--- Your assignment ---
Transcribe only part of the material below: the lines from the one containing "18.707106781), (28.5, 19))" through the one containing "-0.292893219), (-40, -1))", inclusive, exactly as written.
- - -
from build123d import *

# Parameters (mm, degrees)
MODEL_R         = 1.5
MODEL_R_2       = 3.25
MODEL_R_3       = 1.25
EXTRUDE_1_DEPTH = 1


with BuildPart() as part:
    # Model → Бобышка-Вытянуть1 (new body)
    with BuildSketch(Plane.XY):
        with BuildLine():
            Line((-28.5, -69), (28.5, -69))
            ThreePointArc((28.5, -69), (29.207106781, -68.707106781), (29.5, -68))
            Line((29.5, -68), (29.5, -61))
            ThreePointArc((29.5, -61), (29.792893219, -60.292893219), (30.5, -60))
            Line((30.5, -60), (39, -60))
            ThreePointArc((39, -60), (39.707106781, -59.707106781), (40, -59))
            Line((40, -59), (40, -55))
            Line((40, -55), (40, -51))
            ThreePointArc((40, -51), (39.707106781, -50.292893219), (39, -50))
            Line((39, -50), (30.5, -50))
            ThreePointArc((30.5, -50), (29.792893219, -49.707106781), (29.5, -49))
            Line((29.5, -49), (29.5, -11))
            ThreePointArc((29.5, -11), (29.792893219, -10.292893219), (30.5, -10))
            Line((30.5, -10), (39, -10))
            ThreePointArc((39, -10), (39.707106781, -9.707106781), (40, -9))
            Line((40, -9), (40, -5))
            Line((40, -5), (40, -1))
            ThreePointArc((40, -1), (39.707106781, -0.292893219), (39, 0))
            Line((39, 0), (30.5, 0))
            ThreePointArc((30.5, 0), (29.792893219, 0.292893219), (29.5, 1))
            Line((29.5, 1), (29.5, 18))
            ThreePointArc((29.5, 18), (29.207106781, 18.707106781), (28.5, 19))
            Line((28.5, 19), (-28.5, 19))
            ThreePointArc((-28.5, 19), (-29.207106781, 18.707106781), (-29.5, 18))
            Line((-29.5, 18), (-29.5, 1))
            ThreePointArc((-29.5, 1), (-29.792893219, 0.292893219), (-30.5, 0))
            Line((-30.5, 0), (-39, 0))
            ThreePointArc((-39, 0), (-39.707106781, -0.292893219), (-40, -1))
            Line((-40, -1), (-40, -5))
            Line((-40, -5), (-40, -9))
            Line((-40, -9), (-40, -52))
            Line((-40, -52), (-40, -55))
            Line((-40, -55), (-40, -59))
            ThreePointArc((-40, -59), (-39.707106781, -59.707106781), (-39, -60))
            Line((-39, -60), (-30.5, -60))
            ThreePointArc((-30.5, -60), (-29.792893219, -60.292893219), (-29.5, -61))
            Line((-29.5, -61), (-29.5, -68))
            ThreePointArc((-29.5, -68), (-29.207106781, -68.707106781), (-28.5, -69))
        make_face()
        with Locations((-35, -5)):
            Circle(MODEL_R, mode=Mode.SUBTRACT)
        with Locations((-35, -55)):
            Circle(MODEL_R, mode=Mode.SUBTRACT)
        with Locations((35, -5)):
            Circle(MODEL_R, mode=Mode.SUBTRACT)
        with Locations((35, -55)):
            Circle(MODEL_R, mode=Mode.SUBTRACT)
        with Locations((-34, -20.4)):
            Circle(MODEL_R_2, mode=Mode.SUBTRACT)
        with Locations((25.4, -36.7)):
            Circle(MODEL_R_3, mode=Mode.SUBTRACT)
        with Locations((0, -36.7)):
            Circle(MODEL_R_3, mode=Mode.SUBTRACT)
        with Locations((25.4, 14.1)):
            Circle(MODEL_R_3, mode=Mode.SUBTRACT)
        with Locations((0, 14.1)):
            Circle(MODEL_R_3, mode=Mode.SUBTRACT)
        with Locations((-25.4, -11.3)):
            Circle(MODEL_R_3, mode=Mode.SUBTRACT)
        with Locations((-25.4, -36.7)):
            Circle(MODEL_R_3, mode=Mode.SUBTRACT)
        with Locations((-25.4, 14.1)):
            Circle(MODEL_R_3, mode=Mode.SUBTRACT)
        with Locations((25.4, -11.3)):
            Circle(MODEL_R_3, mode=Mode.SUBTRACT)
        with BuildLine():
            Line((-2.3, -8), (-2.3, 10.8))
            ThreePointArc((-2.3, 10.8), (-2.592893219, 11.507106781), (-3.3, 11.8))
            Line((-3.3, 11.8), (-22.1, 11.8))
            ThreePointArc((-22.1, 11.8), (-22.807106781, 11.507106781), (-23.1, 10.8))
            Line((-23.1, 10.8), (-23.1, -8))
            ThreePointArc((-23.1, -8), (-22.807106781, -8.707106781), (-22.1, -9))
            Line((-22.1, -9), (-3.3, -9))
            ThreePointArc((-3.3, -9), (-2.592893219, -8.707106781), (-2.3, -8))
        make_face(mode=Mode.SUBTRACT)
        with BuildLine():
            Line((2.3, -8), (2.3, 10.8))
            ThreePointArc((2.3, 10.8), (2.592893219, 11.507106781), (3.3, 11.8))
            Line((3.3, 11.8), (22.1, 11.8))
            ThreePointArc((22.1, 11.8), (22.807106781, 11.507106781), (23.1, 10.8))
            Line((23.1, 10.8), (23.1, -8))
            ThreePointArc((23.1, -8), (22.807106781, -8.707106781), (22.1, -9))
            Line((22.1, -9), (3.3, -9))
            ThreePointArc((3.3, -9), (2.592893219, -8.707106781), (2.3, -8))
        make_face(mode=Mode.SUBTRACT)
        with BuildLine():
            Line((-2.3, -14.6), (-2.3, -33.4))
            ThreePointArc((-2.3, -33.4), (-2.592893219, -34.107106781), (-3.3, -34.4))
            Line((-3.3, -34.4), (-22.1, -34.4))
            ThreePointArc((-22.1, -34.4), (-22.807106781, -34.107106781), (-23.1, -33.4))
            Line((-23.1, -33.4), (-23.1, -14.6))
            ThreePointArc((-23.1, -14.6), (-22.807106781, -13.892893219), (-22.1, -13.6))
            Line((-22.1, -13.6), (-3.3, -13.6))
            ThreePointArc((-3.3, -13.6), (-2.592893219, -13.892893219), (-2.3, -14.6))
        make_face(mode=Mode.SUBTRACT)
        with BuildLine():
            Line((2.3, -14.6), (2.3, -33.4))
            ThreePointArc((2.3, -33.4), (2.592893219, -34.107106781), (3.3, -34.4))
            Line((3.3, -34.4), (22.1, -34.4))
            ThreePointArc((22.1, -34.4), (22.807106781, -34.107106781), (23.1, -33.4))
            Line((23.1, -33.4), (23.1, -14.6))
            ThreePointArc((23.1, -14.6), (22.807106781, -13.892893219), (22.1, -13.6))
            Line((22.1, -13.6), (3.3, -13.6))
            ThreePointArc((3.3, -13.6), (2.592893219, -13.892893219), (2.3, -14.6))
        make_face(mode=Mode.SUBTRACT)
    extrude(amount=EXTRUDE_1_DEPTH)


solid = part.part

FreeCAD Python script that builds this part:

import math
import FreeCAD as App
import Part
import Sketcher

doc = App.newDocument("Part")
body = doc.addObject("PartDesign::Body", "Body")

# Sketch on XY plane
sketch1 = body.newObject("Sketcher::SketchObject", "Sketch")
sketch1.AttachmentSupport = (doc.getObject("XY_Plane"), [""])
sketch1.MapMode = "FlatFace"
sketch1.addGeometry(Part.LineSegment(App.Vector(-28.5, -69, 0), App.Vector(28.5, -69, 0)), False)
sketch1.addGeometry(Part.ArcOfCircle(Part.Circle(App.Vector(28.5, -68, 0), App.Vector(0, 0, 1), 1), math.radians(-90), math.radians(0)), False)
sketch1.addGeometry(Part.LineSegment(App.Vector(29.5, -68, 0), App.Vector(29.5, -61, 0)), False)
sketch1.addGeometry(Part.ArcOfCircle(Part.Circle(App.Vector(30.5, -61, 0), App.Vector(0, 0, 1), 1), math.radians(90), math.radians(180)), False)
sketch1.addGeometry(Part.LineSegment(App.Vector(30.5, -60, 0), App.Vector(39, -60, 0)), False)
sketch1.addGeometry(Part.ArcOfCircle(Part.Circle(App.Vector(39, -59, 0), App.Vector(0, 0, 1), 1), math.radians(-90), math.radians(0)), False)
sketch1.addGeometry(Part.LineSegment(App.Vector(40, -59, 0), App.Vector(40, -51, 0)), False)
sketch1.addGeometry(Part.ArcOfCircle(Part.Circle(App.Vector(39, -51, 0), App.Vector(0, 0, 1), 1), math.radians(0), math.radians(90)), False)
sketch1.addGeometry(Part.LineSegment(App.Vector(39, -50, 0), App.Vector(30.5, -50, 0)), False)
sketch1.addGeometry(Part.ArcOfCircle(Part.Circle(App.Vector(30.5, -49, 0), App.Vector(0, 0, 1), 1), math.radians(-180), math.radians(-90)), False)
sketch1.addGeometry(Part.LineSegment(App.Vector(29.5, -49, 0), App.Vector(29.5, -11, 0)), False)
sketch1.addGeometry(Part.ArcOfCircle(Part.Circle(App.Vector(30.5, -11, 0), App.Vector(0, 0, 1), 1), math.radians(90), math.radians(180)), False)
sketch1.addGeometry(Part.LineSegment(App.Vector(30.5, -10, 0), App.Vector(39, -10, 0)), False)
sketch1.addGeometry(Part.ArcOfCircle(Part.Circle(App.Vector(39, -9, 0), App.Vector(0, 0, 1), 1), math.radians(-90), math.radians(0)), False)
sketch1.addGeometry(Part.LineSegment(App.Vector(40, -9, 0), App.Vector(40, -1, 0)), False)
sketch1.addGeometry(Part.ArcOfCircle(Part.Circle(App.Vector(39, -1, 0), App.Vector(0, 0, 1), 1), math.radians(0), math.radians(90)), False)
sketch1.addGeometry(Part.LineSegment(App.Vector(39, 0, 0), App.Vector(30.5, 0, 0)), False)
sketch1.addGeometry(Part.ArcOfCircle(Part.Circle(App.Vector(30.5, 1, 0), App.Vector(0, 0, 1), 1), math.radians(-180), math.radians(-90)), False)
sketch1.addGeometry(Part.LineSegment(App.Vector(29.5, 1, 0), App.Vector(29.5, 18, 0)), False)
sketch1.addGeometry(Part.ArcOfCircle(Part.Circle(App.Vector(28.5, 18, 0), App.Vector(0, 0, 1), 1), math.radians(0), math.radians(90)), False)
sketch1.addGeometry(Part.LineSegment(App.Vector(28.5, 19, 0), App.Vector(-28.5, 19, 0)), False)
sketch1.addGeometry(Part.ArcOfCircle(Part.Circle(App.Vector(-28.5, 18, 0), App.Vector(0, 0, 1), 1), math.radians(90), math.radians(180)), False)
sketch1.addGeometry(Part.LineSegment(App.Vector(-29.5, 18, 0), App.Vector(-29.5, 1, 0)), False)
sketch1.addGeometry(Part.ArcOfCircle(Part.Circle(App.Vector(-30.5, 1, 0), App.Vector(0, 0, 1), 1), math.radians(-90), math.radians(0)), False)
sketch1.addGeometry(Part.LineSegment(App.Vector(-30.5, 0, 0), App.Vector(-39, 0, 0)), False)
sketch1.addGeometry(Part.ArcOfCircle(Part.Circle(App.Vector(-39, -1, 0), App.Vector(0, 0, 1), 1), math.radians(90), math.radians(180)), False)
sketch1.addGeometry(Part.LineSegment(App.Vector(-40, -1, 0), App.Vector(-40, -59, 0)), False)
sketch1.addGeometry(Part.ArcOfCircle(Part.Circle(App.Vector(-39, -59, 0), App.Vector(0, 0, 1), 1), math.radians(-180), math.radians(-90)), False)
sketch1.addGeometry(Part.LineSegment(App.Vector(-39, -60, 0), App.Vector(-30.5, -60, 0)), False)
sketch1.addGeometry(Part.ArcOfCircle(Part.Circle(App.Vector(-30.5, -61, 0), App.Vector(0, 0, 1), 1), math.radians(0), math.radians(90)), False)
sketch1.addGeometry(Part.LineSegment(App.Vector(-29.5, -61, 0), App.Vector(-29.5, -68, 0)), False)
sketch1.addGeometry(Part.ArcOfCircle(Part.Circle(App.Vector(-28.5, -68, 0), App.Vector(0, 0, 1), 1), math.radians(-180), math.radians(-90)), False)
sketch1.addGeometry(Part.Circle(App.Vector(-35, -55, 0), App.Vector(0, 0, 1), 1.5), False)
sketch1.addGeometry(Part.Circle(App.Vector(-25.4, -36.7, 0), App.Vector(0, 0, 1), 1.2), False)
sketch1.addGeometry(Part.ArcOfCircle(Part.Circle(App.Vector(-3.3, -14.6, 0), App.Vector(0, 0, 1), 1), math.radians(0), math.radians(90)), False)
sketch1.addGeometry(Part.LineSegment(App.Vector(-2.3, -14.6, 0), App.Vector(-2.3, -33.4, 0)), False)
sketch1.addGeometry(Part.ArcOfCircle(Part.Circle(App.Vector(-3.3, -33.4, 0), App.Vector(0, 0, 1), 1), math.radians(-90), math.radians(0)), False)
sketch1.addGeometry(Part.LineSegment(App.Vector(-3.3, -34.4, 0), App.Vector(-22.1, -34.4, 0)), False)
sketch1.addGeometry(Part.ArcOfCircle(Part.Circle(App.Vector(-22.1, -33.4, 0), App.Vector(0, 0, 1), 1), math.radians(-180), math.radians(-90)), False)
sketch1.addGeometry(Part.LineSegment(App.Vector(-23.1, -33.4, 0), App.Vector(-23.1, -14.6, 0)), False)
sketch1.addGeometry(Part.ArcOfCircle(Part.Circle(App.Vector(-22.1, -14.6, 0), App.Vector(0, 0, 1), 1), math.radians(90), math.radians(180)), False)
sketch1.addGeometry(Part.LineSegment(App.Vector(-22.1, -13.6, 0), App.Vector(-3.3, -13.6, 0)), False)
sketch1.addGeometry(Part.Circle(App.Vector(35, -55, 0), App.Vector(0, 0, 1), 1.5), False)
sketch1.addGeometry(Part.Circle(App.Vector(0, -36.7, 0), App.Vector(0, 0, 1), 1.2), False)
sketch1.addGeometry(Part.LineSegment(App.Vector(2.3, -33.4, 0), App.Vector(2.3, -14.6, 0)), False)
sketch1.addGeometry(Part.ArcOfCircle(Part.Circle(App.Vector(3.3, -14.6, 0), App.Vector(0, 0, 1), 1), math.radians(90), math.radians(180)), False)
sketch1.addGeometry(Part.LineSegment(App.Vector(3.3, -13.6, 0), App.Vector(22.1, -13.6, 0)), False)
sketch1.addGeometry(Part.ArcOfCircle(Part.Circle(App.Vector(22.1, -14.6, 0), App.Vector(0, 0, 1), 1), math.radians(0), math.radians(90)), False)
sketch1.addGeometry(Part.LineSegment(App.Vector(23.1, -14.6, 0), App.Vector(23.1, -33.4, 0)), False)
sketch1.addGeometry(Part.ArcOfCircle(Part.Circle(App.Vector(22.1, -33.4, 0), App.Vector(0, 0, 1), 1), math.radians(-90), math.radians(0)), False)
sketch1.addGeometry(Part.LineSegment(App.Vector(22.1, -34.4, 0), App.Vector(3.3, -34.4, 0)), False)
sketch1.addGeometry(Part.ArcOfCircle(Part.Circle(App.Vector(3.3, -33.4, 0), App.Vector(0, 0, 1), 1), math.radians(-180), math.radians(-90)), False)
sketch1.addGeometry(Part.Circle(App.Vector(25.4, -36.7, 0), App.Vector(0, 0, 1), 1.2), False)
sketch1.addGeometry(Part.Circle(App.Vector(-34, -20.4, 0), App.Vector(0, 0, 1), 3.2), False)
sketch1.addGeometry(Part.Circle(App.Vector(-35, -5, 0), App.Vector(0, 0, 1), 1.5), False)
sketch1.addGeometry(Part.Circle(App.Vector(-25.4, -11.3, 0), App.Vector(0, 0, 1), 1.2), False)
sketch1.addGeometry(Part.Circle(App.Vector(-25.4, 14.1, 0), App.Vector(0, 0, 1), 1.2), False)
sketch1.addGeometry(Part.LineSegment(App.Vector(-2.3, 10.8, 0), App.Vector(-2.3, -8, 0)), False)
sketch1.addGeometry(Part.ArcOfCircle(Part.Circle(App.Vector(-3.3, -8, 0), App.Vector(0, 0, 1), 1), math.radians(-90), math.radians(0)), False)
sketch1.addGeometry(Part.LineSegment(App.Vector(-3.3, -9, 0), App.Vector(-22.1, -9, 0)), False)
- - -
--- Exercise output ---
            ThreePointArc((29.5, 18), (29.207106781, 18.707106781), (28.5, 19))
            Line((28.5, 19), (-28.5, 19))
            ThreePointArc((-28.5, 19), (-29.207106781, 18.707106781), (-29.5, 18))
            Line((-29.5, 18), (-29.5, 1))
            ThreePointArc((-29.5, 1), (-29.792893219, 0.292893219), (-30.5, 0))
            Line((-30.5, 0), (-39, 0))
            ThreePointArc((-39, 0), (-39.707106781, -0.292893219), (-40, -1))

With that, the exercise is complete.